Handling More Complex Permissions
Ownership is simple, but what about roles? What if a manager needs to see their team's documents?
RLS policies can be as complex as you need. They can include subqueries and joins. Let’s say we have a memberships table that defines who belongs to which organization.
CREATE TABLE memberships (
user_id UUID,
org_id UUID,
role TEXT -- 'admin', 'member'
);
ALTER TABLE documents ADD COLUMN org_id UUID;
CREATE POLICY org_access_policy ON documents
FOR SELECT
USING (
EXISTS (
SELECT 1 FROM memberships
WHERE memberships.org_id = documents.org_id
AND memberships.user_id = (current_setting('app.current_user_id'))::uuid
)
);This policy is incredibly powerful. It ensures that any query against documents is automatically scoped to the organizations the user is actually a part of.
The Performance "Tax"
A common objection to RLS is performance. If the database is running a subquery for every row it evaluates, won't it crawl to a halt?
In my experience, the overhead is negligible for most applications, provided you index your foreign keys. Postgres is very good at optimizing these policies. In many cases, it’s actually *faster* than doing the same checks in your application code because the database engine can optimize the execution plan globally.

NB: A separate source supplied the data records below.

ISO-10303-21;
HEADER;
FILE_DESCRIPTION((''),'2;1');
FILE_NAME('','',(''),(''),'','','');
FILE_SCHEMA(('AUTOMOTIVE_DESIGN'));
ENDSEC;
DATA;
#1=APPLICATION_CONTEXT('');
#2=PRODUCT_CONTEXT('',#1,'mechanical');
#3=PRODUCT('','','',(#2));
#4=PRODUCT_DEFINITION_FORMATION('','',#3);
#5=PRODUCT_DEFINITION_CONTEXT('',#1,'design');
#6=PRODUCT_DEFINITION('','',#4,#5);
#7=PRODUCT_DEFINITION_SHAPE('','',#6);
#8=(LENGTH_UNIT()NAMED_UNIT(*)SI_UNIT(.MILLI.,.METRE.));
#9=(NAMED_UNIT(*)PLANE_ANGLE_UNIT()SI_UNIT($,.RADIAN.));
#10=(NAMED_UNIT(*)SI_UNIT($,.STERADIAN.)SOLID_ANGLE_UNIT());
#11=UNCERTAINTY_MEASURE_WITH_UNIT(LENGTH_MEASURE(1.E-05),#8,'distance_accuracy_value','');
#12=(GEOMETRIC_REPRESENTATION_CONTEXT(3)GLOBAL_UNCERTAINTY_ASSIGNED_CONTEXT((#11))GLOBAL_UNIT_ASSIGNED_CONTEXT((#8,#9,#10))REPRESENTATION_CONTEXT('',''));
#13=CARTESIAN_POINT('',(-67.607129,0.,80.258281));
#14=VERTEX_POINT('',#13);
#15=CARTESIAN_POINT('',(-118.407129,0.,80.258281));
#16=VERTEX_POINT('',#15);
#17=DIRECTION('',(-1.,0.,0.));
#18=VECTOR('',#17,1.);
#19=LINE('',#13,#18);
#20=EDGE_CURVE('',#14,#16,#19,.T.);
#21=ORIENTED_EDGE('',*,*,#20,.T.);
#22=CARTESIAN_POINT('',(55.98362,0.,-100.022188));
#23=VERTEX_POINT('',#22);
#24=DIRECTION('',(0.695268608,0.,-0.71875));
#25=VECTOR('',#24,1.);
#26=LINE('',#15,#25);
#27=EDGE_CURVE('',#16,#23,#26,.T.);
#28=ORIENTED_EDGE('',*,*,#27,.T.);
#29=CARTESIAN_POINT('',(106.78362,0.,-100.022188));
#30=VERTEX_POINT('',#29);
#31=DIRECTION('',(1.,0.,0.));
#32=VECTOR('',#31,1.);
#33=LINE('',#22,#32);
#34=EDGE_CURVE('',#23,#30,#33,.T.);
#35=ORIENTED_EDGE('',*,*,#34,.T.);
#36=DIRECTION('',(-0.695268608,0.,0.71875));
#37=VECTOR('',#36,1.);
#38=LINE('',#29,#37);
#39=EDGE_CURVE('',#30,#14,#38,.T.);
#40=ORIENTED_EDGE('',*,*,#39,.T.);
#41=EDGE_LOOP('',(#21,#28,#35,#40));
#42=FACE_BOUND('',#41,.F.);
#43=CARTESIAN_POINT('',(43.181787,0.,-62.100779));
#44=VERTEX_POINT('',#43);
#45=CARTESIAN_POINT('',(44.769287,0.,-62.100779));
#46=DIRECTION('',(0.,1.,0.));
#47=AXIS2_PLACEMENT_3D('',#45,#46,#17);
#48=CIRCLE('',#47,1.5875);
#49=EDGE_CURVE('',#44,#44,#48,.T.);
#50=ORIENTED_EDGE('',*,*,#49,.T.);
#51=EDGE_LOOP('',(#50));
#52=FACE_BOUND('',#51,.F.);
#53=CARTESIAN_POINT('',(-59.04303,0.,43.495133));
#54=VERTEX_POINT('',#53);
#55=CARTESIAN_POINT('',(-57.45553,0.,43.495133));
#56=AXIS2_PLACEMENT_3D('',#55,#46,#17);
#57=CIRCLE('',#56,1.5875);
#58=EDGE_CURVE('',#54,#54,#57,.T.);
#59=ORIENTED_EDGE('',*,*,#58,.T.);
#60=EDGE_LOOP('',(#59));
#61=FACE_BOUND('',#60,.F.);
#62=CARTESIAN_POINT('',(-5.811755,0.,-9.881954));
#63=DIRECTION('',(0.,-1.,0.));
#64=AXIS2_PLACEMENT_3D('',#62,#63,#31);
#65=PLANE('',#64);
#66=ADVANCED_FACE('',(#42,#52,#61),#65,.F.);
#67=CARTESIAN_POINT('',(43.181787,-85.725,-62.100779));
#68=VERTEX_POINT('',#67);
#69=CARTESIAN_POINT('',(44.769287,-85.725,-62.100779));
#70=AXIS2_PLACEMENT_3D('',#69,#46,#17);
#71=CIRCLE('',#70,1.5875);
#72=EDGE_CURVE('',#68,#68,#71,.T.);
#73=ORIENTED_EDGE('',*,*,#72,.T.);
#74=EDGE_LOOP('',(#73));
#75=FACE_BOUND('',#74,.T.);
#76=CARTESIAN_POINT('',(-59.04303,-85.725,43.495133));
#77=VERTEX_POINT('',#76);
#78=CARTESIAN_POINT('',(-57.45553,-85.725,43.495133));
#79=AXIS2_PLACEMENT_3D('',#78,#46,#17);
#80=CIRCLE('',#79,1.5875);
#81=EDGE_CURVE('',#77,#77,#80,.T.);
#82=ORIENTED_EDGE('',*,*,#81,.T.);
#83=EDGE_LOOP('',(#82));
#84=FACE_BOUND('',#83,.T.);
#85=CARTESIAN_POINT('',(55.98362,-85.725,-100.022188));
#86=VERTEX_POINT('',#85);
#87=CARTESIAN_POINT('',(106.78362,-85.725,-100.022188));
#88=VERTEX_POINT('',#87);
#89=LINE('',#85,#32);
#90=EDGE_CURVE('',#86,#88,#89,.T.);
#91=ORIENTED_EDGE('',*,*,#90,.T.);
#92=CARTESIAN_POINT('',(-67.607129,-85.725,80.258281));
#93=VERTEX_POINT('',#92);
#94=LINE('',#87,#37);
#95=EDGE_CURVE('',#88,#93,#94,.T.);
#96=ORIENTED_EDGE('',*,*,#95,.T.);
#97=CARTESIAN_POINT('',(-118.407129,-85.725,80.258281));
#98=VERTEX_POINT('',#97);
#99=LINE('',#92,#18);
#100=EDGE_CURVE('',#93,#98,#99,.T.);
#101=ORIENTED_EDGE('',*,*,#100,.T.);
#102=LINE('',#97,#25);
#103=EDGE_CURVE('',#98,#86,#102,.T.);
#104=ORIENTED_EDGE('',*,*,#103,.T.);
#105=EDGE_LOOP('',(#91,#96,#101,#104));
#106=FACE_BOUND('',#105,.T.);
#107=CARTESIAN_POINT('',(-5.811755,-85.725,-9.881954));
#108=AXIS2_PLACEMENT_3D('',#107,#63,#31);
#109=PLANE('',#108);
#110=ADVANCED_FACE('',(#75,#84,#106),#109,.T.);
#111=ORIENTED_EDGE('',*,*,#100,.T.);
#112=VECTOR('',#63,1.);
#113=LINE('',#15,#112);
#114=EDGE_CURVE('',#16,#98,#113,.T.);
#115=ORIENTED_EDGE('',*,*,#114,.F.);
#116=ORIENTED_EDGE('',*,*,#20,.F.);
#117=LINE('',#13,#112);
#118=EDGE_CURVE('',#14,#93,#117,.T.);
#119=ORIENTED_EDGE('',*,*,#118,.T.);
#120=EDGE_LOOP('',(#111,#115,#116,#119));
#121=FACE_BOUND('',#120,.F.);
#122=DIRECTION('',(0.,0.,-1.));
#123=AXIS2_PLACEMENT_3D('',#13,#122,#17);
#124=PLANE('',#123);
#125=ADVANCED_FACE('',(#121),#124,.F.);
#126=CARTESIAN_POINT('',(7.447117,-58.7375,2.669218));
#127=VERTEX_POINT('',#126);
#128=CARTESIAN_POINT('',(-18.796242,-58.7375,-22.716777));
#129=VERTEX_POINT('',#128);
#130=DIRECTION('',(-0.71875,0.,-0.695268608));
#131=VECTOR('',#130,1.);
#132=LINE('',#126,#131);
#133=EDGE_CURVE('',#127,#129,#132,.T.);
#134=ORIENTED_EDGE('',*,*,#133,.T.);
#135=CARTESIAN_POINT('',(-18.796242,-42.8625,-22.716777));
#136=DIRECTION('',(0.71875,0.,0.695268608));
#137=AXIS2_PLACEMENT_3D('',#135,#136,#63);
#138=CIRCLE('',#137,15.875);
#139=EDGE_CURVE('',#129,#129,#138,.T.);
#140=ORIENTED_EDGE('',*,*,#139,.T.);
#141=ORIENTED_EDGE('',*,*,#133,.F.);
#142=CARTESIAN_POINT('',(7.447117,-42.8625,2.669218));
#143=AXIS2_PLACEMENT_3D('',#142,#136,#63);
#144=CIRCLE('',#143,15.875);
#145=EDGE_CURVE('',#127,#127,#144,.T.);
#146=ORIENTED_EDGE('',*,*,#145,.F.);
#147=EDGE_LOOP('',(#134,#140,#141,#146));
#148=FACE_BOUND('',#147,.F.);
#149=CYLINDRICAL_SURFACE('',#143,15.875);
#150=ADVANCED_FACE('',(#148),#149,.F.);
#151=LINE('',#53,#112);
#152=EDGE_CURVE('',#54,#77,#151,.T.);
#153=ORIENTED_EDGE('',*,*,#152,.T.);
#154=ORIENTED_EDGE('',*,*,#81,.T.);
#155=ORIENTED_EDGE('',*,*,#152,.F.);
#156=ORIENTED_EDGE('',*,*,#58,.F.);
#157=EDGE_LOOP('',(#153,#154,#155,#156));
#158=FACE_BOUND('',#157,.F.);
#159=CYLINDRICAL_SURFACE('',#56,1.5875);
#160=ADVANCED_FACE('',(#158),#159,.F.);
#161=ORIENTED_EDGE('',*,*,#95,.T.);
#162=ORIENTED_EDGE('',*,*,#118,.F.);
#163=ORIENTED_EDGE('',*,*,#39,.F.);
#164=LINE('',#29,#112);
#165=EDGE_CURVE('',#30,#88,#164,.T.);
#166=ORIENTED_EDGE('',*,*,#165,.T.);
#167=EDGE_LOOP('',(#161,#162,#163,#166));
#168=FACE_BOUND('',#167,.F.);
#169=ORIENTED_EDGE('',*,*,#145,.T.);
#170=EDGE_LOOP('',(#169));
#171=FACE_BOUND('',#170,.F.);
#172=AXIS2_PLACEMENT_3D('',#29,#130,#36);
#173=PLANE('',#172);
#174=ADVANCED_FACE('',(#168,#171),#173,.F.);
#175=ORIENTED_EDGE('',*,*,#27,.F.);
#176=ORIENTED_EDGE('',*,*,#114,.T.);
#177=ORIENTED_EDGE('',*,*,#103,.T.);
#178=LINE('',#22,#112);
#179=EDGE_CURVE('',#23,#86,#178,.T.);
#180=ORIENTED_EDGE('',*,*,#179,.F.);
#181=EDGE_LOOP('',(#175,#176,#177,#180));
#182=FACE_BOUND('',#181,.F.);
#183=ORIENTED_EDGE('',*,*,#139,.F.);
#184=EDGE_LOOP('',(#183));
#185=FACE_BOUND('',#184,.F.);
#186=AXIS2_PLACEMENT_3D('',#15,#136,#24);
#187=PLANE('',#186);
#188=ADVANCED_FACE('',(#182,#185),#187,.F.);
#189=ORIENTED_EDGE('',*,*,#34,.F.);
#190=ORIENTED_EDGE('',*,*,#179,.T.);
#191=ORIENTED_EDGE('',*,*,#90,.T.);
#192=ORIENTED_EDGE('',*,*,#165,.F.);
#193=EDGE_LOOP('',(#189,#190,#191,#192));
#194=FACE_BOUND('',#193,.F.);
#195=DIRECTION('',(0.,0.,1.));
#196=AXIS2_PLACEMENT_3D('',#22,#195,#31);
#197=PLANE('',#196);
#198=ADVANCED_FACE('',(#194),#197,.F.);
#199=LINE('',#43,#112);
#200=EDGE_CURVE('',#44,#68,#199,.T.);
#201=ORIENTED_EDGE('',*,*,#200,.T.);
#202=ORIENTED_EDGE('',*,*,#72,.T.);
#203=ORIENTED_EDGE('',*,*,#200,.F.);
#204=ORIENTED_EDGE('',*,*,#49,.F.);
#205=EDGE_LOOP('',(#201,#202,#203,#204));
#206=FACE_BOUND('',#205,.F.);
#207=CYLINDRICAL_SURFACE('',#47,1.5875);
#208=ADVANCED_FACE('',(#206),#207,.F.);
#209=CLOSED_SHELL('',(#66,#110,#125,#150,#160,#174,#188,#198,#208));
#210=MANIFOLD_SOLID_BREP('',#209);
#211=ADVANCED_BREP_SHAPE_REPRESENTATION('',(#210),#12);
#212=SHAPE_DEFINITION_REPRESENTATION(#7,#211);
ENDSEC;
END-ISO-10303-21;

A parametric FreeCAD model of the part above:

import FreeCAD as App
import Part
import Sketcher
Q = App.Units.Quantity

doc = App.newDocument("Part")
body = doc.addObject("PartDesign::Body", "Body")

sketch1 = body.newObject("Sketcher::SketchObject", "Sketch")
sketch1.AttachmentSupport = (doc.getObject("XZ_Plane"), [""])
sketch1.MapMode = "FlatFace"
sketch1.addGeometry(Part.LineSegment(App.Vector(-68, 80, 0), App.Vector(-118, 80, 0)), False)
sketch1.addGeometry(Part.LineSegment(App.Vector(-118, 80, 0), App.Vector(56, -100, 0)), False)
sketch1.addGeometry(Part.LineSegment(App.Vector(56, -100, 0), App.Vector(107, -100, 0)), False)
sketch1.addGeometry(Part.LineSegment(App.Vector(107, -100, 0), App.Vector(-68, 80, 0)), False)
sketch1.addConstraint(Sketcher.Constraint("Coincident", 0, 2, 1, 1))
sketch1.addConstraint(Sketcher.Constraint("Coincident", 1, 2, 2, 1))
sketch1.addConstraint(Sketcher.Constraint("Coincident", 2, 2, 3, 1))
sketch1.addConstraint(Sketcher.Constraint("Coincident", 3, 2, 0, 1))
sketch1.addConstraint(Sketcher.Constraint("Horizontal", 0))
sketch1.addConstraint(Sketcher.Constraint("Horizontal", 2))
sketch1.addConstraint(Sketcher.Constraint("Parallel", 1, 3))
sketch1.addConstraint(Sketcher.Constraint("DistanceX", 0, 2, 0, 1, Q("2 in")))
sketch1.addConstraint(Sketcher.Constraint("Distance", 1, Q("9.875 in")))
sketch1.addConstraint(Sketcher.Constraint("DistanceX", 0, 2, -1, 1, Q("118.407129 mm")))
sketch1.addConstraint(Sketcher.Constraint("DistanceY", -1, 1, 0, 2, Q("80.258281 mm")))
sketch1.addConstraint(Sketcher.Constraint("DistanceX", -1, 1, 1, 2, Q("55.98362 mm")))
pad1 = body.newObject("PartDesign::Pad", "Pad")
pad1.Profile = sketch1
pad1.Length = Q("3.375 in")

sketch2 = body.newObject("Sketcher::SketchObject", "Sketch001")
sketch2.Placement = App.Placement(App.Vector(5.181066, 0, 5.011801), App.Rotation(App.Vector(0, 1, 0), App.Vector(-0.695268608, 0, 0.71875), App.Vector(0.71875, 0, 0.695268608), "ZXY"))
sketch2.addGeometry(Part.Circle(App.Vector(-43, -3, 0), App.Vector(0, 0, 1), 16), False)
sketch2.addConstraint(Sketcher.Constraint("Diameter", 0, Q("1.25 in")))
sketch2.addConstraint(Sketcher.Constraint("DistanceX", 0, 3, -1, 1, Q("1.6875 in")))
sketch2.addConstraint(Sketcher.Constraint("DistanceY", 0, 3, -1, 1, Q("3.259246 mm")))
pocket1 = body.newObject("PartDesign::Pocket", "Pocket")
pocket1.Profile = sketch2
pocket1.Length = Q("2 in")

sketch3 = body.newObject("Sketcher::SketchObject", "Sketch002")
sketch3.AttachmentSupport = (doc.getObject("XZ_Plane"), [""])
sketch3.MapMode = "FlatFace"
sketch3.addGeometry(Part.Circle(App.Vector(44.8, -62.1, 0), App.Vector(0, 0, 1), 1.6), False)
sketch3.addGeometry(Part.Circle(App.Vector(-57.5, 43.5, 0), App.Vector(0, 0, 1), 1.6), False)
sketch3.addConstraint(Sketcher.Constraint("Equal", 0, 1))
sketch3.addConstraint(Sketcher.Constraint("Diameter", 0, Q("0.125 in")))
sketch3.addConstraint(Sketcher.Constraint("DistanceY", 0, 3, -1, 1, Q("62.100779 mm")))
sketch3.addConstraint(Sketcher.Constraint("DistanceX", 1, 3, -1, 1, Q("57.45553 mm")))
sketch3.addConstraint(Sketcher.Constraint("DistanceX", -1, 1, 0, 3, Q("44.769287 mm")))
sketch3.addConstraint(Sketcher.Constraint("DistanceY", -1, 1, 1, 3, Q("43.495133 mm")))
pocket2 = body.newObject("PartDesign::Pocket", "Pocket001")
pocket2.Profile = sketch3
pocket2.Length = Q("5 in")
pocket2.Reversed = True

doc.recompute()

However, there is a "gotcha" with subqueries in policies. If you use a subquery like the EXISTS example above, it might be executed for every row. To optimize this, you can use functional indexes or security definer functions that cache the user's permissions in a temporary table or a session-level variable.
The "Superuser" Trap
When testing RLS, you might find it’s not working—specifically, that you can still see everything.
This usually happens because you are connecting to the database as the table owner or a superuser. RLS is bypassed by default for table owners. This is a safety feature to prevent you from accidentally locking yourself out of your own data.
In production, your application should connect via a dedicated role (e.g., web_anon or authenticated_user) that does not own the tables.
-- Create a restricted role
CREATE ROLE app_user WITH LOGIN PASSWORD 'very_secure_password';
GRANT SELECT, INSERT, UPDATE, DELETE ON ALL TABLES IN SCHEMA public TO app_user;Why This Matters for Modern Architectures
If you are building a serverless application or using a tool like PostgREST or Supabase, RLS isn't just a nice-to-have; it's the foundation of the entire architecture.
In these setups, the frontend often communicates directly with the database via a thin API layer. Without RLS, you would have zero security. By moving the logic to the database, you can safely expose your database schema to the internet, knowing that the data is protected by the engine itself.
Debugging RLS Policies
One downside of RLS is that it can be harder to debug. When a query returns zero rows, is it because the data doesn't exist, or because the policy blocked it?
I’ve found that the best way to debug is to use the EXPLAIN command. Postgres will show you the rewritten query, including the conditions added by the RLS policies.
SET app.current_user_id = 'some-uuid';
EXPLAIN SELECT * FROM documents;You'll see something like Filter: (owner_id = 'some-uuid'::uuid) in the output, confirming that the policy is active and what it’s doing.
Moving Toward a "Secure by Default" Mindset
Moving authorization to the database is a shift in mindset. It’s about moving away from "I will check permissions here" to "The system will not allow unauthorized access anywhere."
I'm not suggesting you delete all your application-layer checks. Defense in depth is still valuable. Validating inputs and handling high-level business logic in your code is still necessary. But the final word on who can see what data should live as close to the bytes on the disk as possible.
Stop writing brittle middleware that breaks the moment someone forgets a line of code. Enable RLS, write your policies once, and sleep better knowing your database is doing the heavy lifting for you.